The object on which the invention is based consists in this.

an almost exact synchronicity of the 3urc; z connection of parallel switched To achieve semiconductor components, which is achieved according to the invention in that a pulse delay device between the control device and the individual control electrodes is switched with a delay dimensioned such that the sum of the delay time and the switching delay time inherent in semiconductors is the same for all parallel branches is.

It is to be regarded as essential for the invention that the controlling dc Input variable does not affect all control electrodes at the same time, but that the control variable is delayed differently within the individual control circuits the delay for the semiconductor component with the largest switching delay time the lowest and the largest for the one with the lowest switching delay time is. In this context, it is possible to reduce the switching effort by that the semiconductor component with the largest switching delay time has no delay device is connected upstream, so that the sum of the delay time and switching delay time the parallel branches of the switching delay time of this semiconductor component.

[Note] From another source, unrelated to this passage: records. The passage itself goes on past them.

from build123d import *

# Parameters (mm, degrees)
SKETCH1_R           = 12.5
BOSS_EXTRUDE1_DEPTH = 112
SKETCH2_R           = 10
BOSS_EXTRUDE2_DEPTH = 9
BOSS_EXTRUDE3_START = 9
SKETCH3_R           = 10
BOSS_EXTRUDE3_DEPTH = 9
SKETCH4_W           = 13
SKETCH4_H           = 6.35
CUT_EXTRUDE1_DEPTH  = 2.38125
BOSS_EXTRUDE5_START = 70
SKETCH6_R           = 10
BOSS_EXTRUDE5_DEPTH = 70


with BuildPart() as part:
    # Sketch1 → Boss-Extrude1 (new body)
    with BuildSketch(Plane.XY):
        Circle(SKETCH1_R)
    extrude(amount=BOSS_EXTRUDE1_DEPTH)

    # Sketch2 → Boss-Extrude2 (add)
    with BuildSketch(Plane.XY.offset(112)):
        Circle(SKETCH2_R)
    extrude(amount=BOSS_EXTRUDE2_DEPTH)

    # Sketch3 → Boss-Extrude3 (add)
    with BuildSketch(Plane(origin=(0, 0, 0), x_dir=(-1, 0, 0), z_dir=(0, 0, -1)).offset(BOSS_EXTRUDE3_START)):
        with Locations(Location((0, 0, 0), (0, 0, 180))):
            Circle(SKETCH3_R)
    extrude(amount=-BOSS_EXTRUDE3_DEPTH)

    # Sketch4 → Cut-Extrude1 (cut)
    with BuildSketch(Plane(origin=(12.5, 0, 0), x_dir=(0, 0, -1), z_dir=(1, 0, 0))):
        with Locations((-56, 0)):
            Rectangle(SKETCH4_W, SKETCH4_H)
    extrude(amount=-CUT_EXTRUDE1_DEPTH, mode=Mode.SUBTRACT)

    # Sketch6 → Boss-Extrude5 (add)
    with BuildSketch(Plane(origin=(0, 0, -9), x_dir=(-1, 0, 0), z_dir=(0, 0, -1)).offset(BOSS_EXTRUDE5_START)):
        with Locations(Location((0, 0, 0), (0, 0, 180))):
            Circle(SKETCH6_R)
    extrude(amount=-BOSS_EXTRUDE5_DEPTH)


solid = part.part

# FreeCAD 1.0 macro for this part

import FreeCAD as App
import Part
import Sketcher
Q = App.Units.Quantity


def add_polygon(sketch, points):
    """Adds a closed chain of lines whose ends are joined by coincident constraints."""
    first, n = sketch.GeometryCount, len(points)
    for a, b in zip(points, points[1:] + points[:1]):
        sketch.addGeometry(Part.LineSegment(App.Vector(*a, 0), App.Vector(*b, 0)), False)
    for i in range(n):
        sketch.addConstraint(Sketcher.Constraint("Coincident", first + i, 2, first + (i + 1) % n, 1))

doc = App.newDocument("Part")
params = doc.addObject("Spreadsheet::Sheet", "Params")
for row, (alias, value) in enumerate([
    ("sketch1_diameter", "25 mm"),
    ("pad1_length", "112 mm"),
    ("sketch2_diameter", "20 mm"),
    ("pad2_length", "9 mm"),
    ("sketch3_diameter", "20 mm"),
    ("pad3_length", "9 mm"),
    ("sketch4_height", "13 mm"),
    ("sketch4_width", "6.35 mm"),
    ("pocket1_length", "2.38125 mm"),
    ("sketch5_diameter", "20 mm"),
    ("pad4_length", "70 mm"),
], start=1):
    params.set(f"A{row}", alias)
    params.set(f"B{row}", "=" + value)
    params.setAlias(f"B{row}", alias)

body = doc.addObject("PartDesign::Body", "Body")

sketch1 = body.newObject("Sketcher::SketchObject", "Sketch")
sketch1.AttachmentSupport = (doc.getObject("XY_Plane"), [""])
sketch1.MapMode = "FlatFace"
sketch1.addGeometry(Part.Circle(App.Vector(0, 0, 0), App.Vector(0, 0, 1), 12), False)
sketch1.addConstraint([
    Sketcher.Constraint("Coincident", 0, 3, -1, 1),
    Sketcher.Constraint("Diameter", 0, Q("25 mm")),
])
sketch1.setExpression("Constraints[1]", "Params.sketch1_diameter")
pad1 = body.newObject("PartDesign::Pad", "Pad")
pad1.Profile = sketch1
pad1.setExpression("Length", "Params.pad1_length")

sketch2 = body.newObject("Sketcher::SketchObject", "Sketch001")
sketch2.AttachmentSupport = (doc.getObject("XY_Plane"), [""])
sketch2.MapMode = "FlatFace"
sketch2.AttachmentOffset = App.Placement(App.Vector(0, 0, 112), App.Rotation())
sketch2.addGeometry(Part.Circle(App.Vector(0, 0, 0), App.Vector(0, 0, 1), 10), False)
sketch2.addConstraint([
    Sketcher.Constraint("Coincident", 0, 3, -1, 1),
    Sketcher.Constraint("Diameter", 0, Q("20 mm")),
])
sketch2.setExpression("Constraints[1]", "Params.sketch2_diameter")
pad2 = body.newObject("PartDesign::Pad", "Pad001")
pad2.Profile = sketch2
pad2.setExpression("Length", "Params.pad2_length")

sketch3 = body.newObject("Sketcher::SketchObject", "Sketch002")
sketch3.AttachmentSupport = (doc.getObject("XY_Plane"), [""])
sketch3.MapMode = "FlatFace"
sketch3.AttachmentOffset = App.Placement(App.Vector(0, 0, -9), App.Rotation())
sketch3.addGeometry(Part.Circle(App.Vector(0, 0, 0), App.Vector(0, 0, 1), 10), False)
sketch3.addConstraint([
    Sketcher.Constraint("Coincident", 0, 3, -1, 1),
    Sketcher.Constraint("Diameter", 0, Q("20 mm")),
])
sketch3.setExpression("Constraints[1]", "Params.sketch3_diameter")
pad3 = body.newObject("PartDesign::Pad", "Pad002")
pad3.Profile = sketch3
pad3.setExpression("Length", "Params.pad3_length")

sketch4 = body.newObject("Sketcher::SketchObject", "Sketch003")
sketch4.AttachmentSupport = (doc.getObject("YZ_Plane"), [""])
sketch4.MapMode = "FlatFace"
sketch4.AttachmentOffset = App.Placement(App.Vector(0, 0, 12.5), App.Rotation())
add_polygon(sketch4, [(3, 62), (-3, 62), (-3, 50), (3, 50)])
sketch4.addConstraint([
    Sketcher.Constraint("Horizontal", 0),
    Sketcher.Constraint("Vertical", 1),
    Sketcher.Constraint("Horizontal", 2),
    Sketcher.Constraint("Vertical", 3),
    Sketcher.Constraint("DistanceY", 1, 2, 1, 1, Q("13 mm")),
    Sketcher.Constraint("DistanceX", 0, 2, 0, 1, Q("6.35 mm")),
    Sketcher.Constraint("DistanceY", -1, 1, 0, 2, Q("62.5 mm")),
    Sketcher.Constraint("DistanceX", 0, 2, -1, 1, Q("3.175 mm")),
])
sketch4.setExpression("Constraints[8]", "Params.sketch4_height")
sketch4.setExpression("Constraints[9]", "Params.sketch4_width")
pocket1 = body.newObject("PartDesign::Pocket", "Pocket")
pocket1.Profile = sketch4
pocket1.setExpression("Length", "Params.pocket1_length")

sketch5 = body.newObject("Sketcher::SketchObject", "Sketch004")
sketch5.AttachmentSupport = (doc.getObject("XY_Plane"), [""])
sketch5.MapMode = "FlatFace"
sketch5.AttachmentOffset = App.Placement(App.Vector(0, 0, -79), App.Rotation())
sketch5.addGeometry(Part.Circle(App.Vector(0, 0, 0), App.Vector(0, 0, 1), 10), False)
sketch5.addConstraint([
    Sketcher.Constraint("Coincident", 0, 3, -1, 1),
    Sketcher.Constraint("Diameter", 0, Q("20 mm")),
])
sketch5.setExpression("Constraints[1]", "Params.sketch5_diameter")
pad4 = body.newObject("PartDesign::Pad", "Pad003")
pad4.Profile = sketch5
pad4.setExpression("Length", "Params.pad4_length")

doc.recompute()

The use of monostable multivibrators has proven to be particularly advantageous as delay devices, their output pulse duration then being the actual Represents delay time; the control electrodes are then activated via the N "adelimpulse.bzw derived from the switching edge at the end of the output pulse. via square-wave pulses derived from these needle pulses. The simplest form of one Such a delay device can of course be in a capacitor-resistor combination consist of the selection of eyelids or the use of an adjustable Widerstanes is adjusted accordingly. The use of adjustable wier stands within the delay devices in bringing a problematic change in the Delay times, as differ after longer periods of time due to different Keeping behavior is shown to be necessary hann.

e e invention is shown schematically below with reference to a Embodiment explained. According to this example there are four thyristors Ti to vt are connected in parallel and work with their output on the consumer V. The control electrodes of the thyristors T1 to T4 are each connected to one of the outputs monostable multivibrator MK1 to MK4 connected, the input side common are connected to the control device SE.

The output signals shown are intended to indicate that at Task of an output pulse of the control device SE the monostable multivibrators MK1 to MK4 are each toggled and one from the leading edge of the output pulse emit derived negative needle impulse. After finishing the for each monostable multivibrators MK1 to MK4 individually set delay time the monostable multivibrators MK1 to MK4 are switched back and deliver the positive needle pulse derived from the switch-back edge, which is used for switching through of the respective associated thyristors T1 leads from T4. The different delay times on the one hand the monostable multivibrators MK1 to MK4 and on the other hand the thyristors T1 and T4 lead to the appropriate switching process - output of the switching current with a steep rising edge - exactly the same for all four thyristors T1 to T4 Moment takes place so that itself Consumer V a switching pulse with very steep rising edge results.

1 Figure 3 claims

Claims (2)

Claims 1. Circuit arrangement with one another connected in parallel controllable Ualbleiterbauelemente, which are connected to their control electrodes by a common Control device in the sense of initiating switching operations can be influenced in pulses are, characterized in that daM between the control device (SE) and the individual Control electrodes each have a pulse delay device (r £ i to Iz4) with such measured delay is switched that the sum of the delay time and the semiconductor permanent switching delay time is the same for all parallel branches. 2. Circuit arrangement according to claim 1, characterized in that the delay devices (MK1 to MK4) are designed as monostable multivibrators whose output pulse duration represents the delay time. -. Circuit arrangement according to Claim 1 or 2, characterized in that that the control electrode of the semiconductor component with the largest switching delay time no delay device is connected upstream.